With both ends included, transcribe exactly the records below from their first line to the line that contains "Line((45, -35), (-45, -35))".

=== Dataset records ===

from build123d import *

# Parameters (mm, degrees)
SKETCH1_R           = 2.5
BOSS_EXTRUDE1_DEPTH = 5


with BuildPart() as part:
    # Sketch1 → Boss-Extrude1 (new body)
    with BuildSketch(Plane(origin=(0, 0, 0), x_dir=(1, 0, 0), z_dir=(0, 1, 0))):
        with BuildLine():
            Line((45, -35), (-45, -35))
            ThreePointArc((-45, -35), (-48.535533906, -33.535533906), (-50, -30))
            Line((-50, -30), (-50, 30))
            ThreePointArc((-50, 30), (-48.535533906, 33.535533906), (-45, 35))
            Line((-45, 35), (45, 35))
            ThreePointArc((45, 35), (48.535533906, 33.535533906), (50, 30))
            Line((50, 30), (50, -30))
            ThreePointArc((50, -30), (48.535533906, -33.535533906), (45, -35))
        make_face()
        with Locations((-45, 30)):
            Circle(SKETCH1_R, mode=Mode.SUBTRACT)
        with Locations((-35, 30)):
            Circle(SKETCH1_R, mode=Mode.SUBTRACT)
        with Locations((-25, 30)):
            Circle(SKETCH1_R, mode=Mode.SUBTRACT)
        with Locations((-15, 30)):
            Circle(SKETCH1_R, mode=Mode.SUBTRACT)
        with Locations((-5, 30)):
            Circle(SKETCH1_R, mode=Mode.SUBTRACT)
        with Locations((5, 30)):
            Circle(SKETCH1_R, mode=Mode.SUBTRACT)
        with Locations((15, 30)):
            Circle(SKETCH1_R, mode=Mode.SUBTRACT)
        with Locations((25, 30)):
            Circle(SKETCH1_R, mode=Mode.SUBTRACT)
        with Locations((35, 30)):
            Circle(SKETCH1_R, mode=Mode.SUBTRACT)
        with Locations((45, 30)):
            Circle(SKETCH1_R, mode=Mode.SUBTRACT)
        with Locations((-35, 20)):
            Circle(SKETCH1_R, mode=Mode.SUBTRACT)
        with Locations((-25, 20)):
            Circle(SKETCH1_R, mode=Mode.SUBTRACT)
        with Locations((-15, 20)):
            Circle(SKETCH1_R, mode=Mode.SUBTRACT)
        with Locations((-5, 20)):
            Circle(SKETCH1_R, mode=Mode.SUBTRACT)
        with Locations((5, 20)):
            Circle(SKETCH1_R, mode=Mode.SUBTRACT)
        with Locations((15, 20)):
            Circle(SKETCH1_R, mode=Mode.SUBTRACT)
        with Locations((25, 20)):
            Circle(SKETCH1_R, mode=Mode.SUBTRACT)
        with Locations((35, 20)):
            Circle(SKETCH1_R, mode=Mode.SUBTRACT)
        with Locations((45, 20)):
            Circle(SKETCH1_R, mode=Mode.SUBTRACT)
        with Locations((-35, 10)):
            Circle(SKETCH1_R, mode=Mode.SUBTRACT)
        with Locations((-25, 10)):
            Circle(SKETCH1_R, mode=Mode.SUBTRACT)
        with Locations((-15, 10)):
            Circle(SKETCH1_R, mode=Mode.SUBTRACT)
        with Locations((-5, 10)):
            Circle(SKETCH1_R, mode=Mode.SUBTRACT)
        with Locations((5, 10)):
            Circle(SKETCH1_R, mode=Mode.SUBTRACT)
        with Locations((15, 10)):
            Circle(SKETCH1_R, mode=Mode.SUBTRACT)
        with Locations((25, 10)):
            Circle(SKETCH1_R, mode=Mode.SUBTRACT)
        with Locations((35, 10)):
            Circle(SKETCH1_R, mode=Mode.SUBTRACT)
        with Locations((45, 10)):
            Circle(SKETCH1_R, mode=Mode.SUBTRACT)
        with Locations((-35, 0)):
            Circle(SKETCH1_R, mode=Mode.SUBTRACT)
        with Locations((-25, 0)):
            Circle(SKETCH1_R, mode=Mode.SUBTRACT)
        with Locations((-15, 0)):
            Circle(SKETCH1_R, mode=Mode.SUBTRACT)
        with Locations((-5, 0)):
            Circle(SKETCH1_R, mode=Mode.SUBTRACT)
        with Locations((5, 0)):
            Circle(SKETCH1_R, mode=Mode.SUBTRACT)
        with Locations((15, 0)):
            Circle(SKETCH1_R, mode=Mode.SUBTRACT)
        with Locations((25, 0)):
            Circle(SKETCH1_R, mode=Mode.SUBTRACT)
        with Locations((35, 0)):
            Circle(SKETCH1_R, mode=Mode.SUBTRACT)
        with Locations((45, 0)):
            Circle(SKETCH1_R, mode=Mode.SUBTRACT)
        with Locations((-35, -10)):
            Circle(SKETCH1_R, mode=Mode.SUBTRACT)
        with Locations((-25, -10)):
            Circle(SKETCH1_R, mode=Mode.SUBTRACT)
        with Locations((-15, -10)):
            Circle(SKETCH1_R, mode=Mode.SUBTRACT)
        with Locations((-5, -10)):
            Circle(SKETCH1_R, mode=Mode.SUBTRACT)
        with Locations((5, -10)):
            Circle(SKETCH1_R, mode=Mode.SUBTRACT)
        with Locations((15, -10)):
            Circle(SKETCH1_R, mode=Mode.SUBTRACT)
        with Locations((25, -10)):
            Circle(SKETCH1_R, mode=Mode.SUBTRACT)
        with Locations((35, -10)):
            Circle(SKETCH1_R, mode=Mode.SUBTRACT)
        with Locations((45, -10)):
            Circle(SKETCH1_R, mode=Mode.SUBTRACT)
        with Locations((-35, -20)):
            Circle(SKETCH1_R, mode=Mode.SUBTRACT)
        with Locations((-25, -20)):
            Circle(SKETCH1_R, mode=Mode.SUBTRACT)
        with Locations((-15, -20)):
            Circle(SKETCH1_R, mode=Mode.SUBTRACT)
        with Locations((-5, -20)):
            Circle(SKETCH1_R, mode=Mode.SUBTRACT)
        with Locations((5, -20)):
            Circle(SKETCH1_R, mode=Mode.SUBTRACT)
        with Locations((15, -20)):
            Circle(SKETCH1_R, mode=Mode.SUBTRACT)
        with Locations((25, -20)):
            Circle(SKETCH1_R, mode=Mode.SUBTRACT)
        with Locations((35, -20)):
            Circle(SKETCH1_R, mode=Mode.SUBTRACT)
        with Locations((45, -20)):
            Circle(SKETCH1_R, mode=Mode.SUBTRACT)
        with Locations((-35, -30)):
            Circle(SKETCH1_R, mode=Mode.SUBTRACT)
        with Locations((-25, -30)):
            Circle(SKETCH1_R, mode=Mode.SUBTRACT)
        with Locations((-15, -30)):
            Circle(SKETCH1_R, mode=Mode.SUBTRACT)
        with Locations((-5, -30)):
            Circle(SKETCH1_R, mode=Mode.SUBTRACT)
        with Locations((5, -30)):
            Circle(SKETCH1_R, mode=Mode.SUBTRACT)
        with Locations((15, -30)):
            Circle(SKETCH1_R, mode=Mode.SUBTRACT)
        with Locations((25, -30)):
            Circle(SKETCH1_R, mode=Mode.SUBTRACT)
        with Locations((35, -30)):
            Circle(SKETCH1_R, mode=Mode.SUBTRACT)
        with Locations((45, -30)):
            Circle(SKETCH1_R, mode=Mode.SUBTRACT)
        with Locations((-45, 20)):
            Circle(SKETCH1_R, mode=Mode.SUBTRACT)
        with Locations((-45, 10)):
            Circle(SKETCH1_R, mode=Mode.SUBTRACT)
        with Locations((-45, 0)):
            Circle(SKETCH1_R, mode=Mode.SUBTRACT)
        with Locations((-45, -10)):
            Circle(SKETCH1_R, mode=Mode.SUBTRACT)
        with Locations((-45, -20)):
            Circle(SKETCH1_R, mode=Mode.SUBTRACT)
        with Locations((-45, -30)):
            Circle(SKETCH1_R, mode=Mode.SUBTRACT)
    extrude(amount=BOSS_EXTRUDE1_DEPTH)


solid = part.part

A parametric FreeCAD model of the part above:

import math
import FreeCAD as App
import Part
import Sketcher
from FreeCAD import Vector

doc = App.newDocument("Part")
params = doc.addObject("Spreadsheet::Sheet", "Params")
for row, (alias, value) in enumerate([
    ("sketch1_diameter", "5 mm"),
    ("sketch1_radius", "5 mm"),
    ("sketch1_width", "90 mm"),
    ("sketch1_height", "60 mm"),
    ("pad1_length", "5 mm"),
], start=1):
    params.set(f"A{row}", alias)
    params.set(f"B{row}", "=" + value)
    params.setAlias(f"B{row}", alias)

body = doc.addObject("PartDesign::Body", "Body")

# Sketch on XZ plane
sketch1 = doc.addObject("Sketcher::SketchObject", "Sketch")
body.addObject(sketch1)
sketch1.AttachmentSupport = (doc.XZ_Plane, [""])
sketch1.MapMode = "FlatFace"
sketch1.addGeometry([
    Part.LineSegment(Vector(-45, 35, 0), Vector(45, 35, 0)),  # 0
    Part.ArcOfCircle(Part.Circle(Vector(45, 30, 0), Vector(0, 0, 1), 5), math.radians(0), math.radians(90)),  # 1
    Part.LineSegment(Vector(50, 30, 0), Vector(50, -30, 0)),  # 2
    Part.ArcOfCircle(Part.Circle(Vector(45, -30, 0), Vector(0, 0, 1), 5), math.radians(-90), math.radians(0)),  # 3
    Part.LineSegment(Vector(45, -35, 0), Vector(-45, -35, 0)),  # 4
    Part.ArcOfCircle(Part.Circle(Vector(-45, -30, 0), Vector(0, 0, 1), 5), math.radians(180), math.radians(270)),  # 5
    Part.LineSegment(Vector(-50, -30, 0), Vector(-50, 30, 0)),  # 6
    Part.ArcOfCircle(Part.Circle(Vector(-45, 30, 0), Vector(0, 0, 1), 5), math.radians(90), math.radians(180)),  # 7
    Part.Circle(Vector(45, 30, 0), Vector(0, 0, 1), 2.5),  # 8
    Part.Circle(Vector(35, 30, 0), Vector(0, 0, 1), 2.5),  # 9
    Part.Circle(Vector(25, 30, 0), Vector(0, 0, 1), 2.5),  # 10
    Part.Circle(Vector(45, 20, 0), Vector(0, 0, 1), 2.5),  # 11
    Part.Circle(Vector(35, 20, 0), Vector(0, 0, 1), 2.5),  # 12
    Part.Circle(Vector(25, 20, 0), Vector(0, 0, 1), 2.5),  # 13
    Part.Circle(Vector(15, 30, 0), Vector(0, 0, 1), 2.5),  # 14
    Part.Circle(Vector(5, 30, 0), Vector(0, 0, 1), 2.5),  # 15
    Part.Circle(Vector(15, 20, 0), Vector(0, 0, 1), 2.5),  # 16
    Part.Circle(Vector(5, 20, 0), Vector(0, 0, 1), 2.5),  # 17
    Part.Circle(Vector(45, 10, 0), Vector(0, 0, 1), 2.5),  # 18
    Part.Circle(Vector(35, 10, 0), Vector(0, 0, 1), 2.5),  # 19
    Part.Circle(Vector(25, 10, 0), Vector(0, 0, 1), 2.5),  # 20
    Part.Circle(Vector(15, 10, 0), Vector(0, 0, 1), 2.5),  # 21
    Part.Circle(Vector(5, 10, 0), Vector(0, 0, 1), 2.5),  # 22
    Part.Circle(Vector(-5, 30, 0), Vector(0, 0, 1), 2.5),  # 23
    Part.Circle(Vector(-15, 30, 0), Vector(0, 0, 1), 2.5),  # 24
    Part.Circle(Vector(-5, 20, 0), Vector(0, 0, 1), 2.5),  # 25
    Part.Circle(Vector(-15, 20, 0), Vector(0, 0, 1), 2.5),  # 26
    Part.Circle(Vector(-25, 30, 0), Vector(0, 0, 1), 2.5),  # 27
    Part.Circle(Vector(-35, 30, 0), Vector(0, 0, 1), 2.5),  # 28
    Part.Circle(Vector(-45, 30, 0), Vector(0, 0, 1), 2.5),  # 29
    Part.Circle(Vector(-25, 20, 0), Vector(0, 0, 1), 2.5),  # 30
    Part.Circle(Vector(-35, 20, 0), Vector(0, 0, 1), 2.5),  # 31
    Part.Circle(Vector(-45, 20, 0), Vector(0, 0, 1), 2.5),  # 32
    Part.Circle(Vector(-5, 10, 0), Vector(0, 0, 1), 2.5),  # 33
    Part.Circle(Vector(-15, 10, 0), Vector(0, 0, 1), 2.5),  # 34
    Part.Circle(Vector(-25, 10, 0), Vector(0, 0, 1), 2.5),  # 35
    Part.Circle(Vector(-35, 10, 0), Vector(0, 0, 1), 2.5),  # 36
    Part.Circle(Vector(-45, 10, 0), Vector(0, 0, 1), 2.5),  # 37
    Part.Circle(Vector(45, 0, 0), Vector(0, 0, 1), 2.5),  # 38
    Part.Circle(Vector(35, 0, 0), Vector(0, 0, 1), 2.5),  # 39
    Part.Circle(Vector(25, 0, 0), Vector(0, 0, 1), 2.5),  # 40
    Part.Circle(Vector(45, -10, 0), Vector(0, 0, 1), 2.5),  # 41
    Part.Circle(Vector(35, -10, 0), Vector(0, 0, 1), 2.5),  # 42
    Part.Circle(Vector(25, -10, 0), Vector(0, 0, 1), 2.5),  # 43
    Part.Circle(Vector(15, 0, 0), Vector(0, 0, 1), 2.5),  # 44
    Part.Circle(Vector(5, 0, 0), Vector(0, 0, 1), 2.5),  # 45
    Part.Circle(Vector(15, -10, 0), Vector(0, 0, 1), 2.5),  # 46
    Part.Circle(Vector(5, -10, 0), Vector(0, 0, 1), 2.5),  # 47
    Part.Circle(Vector(45, -20, 0), Vector(0, 0, 1), 2.5),  # 48
    Part.Circle(Vector(35, -20, 0), Vector(0, 0, 1), 2.5),  # 49
    Part.Circle(Vector(25, -20, 0), Vector(0, 0, 1), 2.5),  # 50
    Part.Circle(Vector(45, -30, 0), Vector(0, 0, 1), 2.5),  # 51
    Part.Circle(Vector(35, -30, 0), Vector(0, 0, 1), 2.5),  # 52
    Part.Circle(Vector(25, -30, 0), Vector(0, 0, 1), 2.5),  # 53
    Part.Circle(Vector(15, -20, 0), Vector(0, 0, 1), 2.5),  # 54
    Part.Circle(Vector(5, -20, 0), Vector(0, 0, 1), 2.5),  # 55
    Part.Circle(Vector(15, -30, 0), Vector(0, 0, 1), 2.5),  # 56
    Part.Circle(Vector(5, -30, 0), Vector(0, 0, 1), 2.5),  # 57
    Part.Circle(Vector(-5, 0, 0), Vector(0, 0, 1), 2.5),  # 58
    Part.Circle(Vector(-15, 0, 0), Vector(0, 0, 1), 2.5),  # 59
    Part.Circle(Vector(-5, -10, 0), Vector(0, 0, 1), 2.5),  # 60
    Part.Circle(Vector(-15, -10, 0), Vector(0, 0, 1), 2.5),  # 61
    Part.Circle(Vector(-25, 0, 0), Vector(0, 0, 1), 2.5),  # 62
    Part.Circle(Vector(-35, 0, 0), Vector(0, 0, 1), 2.5),  # 63
    Part.Circle(Vector(-45, 0, 0), Vector(0, 0, 1), 2.5),  # 64
    Part.Circle(Vector(-25, -10, 0), Vector(0, 0, 1), 2.5),  # 65
    Part.Circle(Vector(-35, -10, 0), Vector(0, 0, 1), 2.5),  # 66
    Part.Circle(Vector(-45, -10, 0), Vector(0, 0, 1), 2.5),  # 67
    Part.Circle(Vector(-5, -20, 0), Vector(0, 0, 1), 2.5),  # 68
    Part.Circle(Vector(-15, -20, 0), Vector(0, 0, 1), 2.5),  # 69
    Part.Circle(Vector(-5, -30, 0), Vector(0, 0, 1), 2.5),  # 70
    Part.Circle(Vector(-15, -30, 0), Vector(0, 0, 1), 2.5),  # 71
    Part.Circle(Vector(-25, -20, 0), Vector(0, 0, 1), 2.5),  # 72
    Part.Circle(Vector(-35, -20, 0), Vector(0, 0, 1), 2.5),  # 73
    Part.Circle(Vector(-45, -20, 0), Vector(0, 0, 1), 2.5),  # 74
    Part.Circle(Vector(-25, -30, 0), Vector(0, 0, 1), 2.5),  # 75
    Part.Circle(Vector(-35, -30, 0), Vector(0, 0, 1), 2.5),  # 76
    Part.Circle(Vector(-45, -30, 0), Vector(0, 0, 1), 2.5),  # 77
], False)
sketch1.addConstraint([
    Sketcher.Constraint("Tangent", 0, 2, 1, 2),
    Sketcher.Constraint("Tangent", 1, 1, 2, 1),
    Sketcher.Constraint("Tangent", 2, 2, 3, 2),
    Sketcher.Constraint("Tangent", 3, 1, 4, 1),
    Sketcher.Constraint("Tangent", 4, 2, 5, 2),
    Sketcher.Constraint("Tangent", 5, 1, 6, 1),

===

Written answer |
from build123d import *

# Parameters (mm, degrees)
SKETCH1_R           = 2.5
BOSS_EXTRUDE1_DEPTH = 5


with BuildPart() as part:
    # Sketch1 → Boss-Extrude1 (new body)
    with BuildSketch(Plane(origin=(0, 0, 0), x_dir=(1, 0, 0), z_dir=(0, 1, 0))):
        with BuildLine():
            Line((45, -35), (-45, -35))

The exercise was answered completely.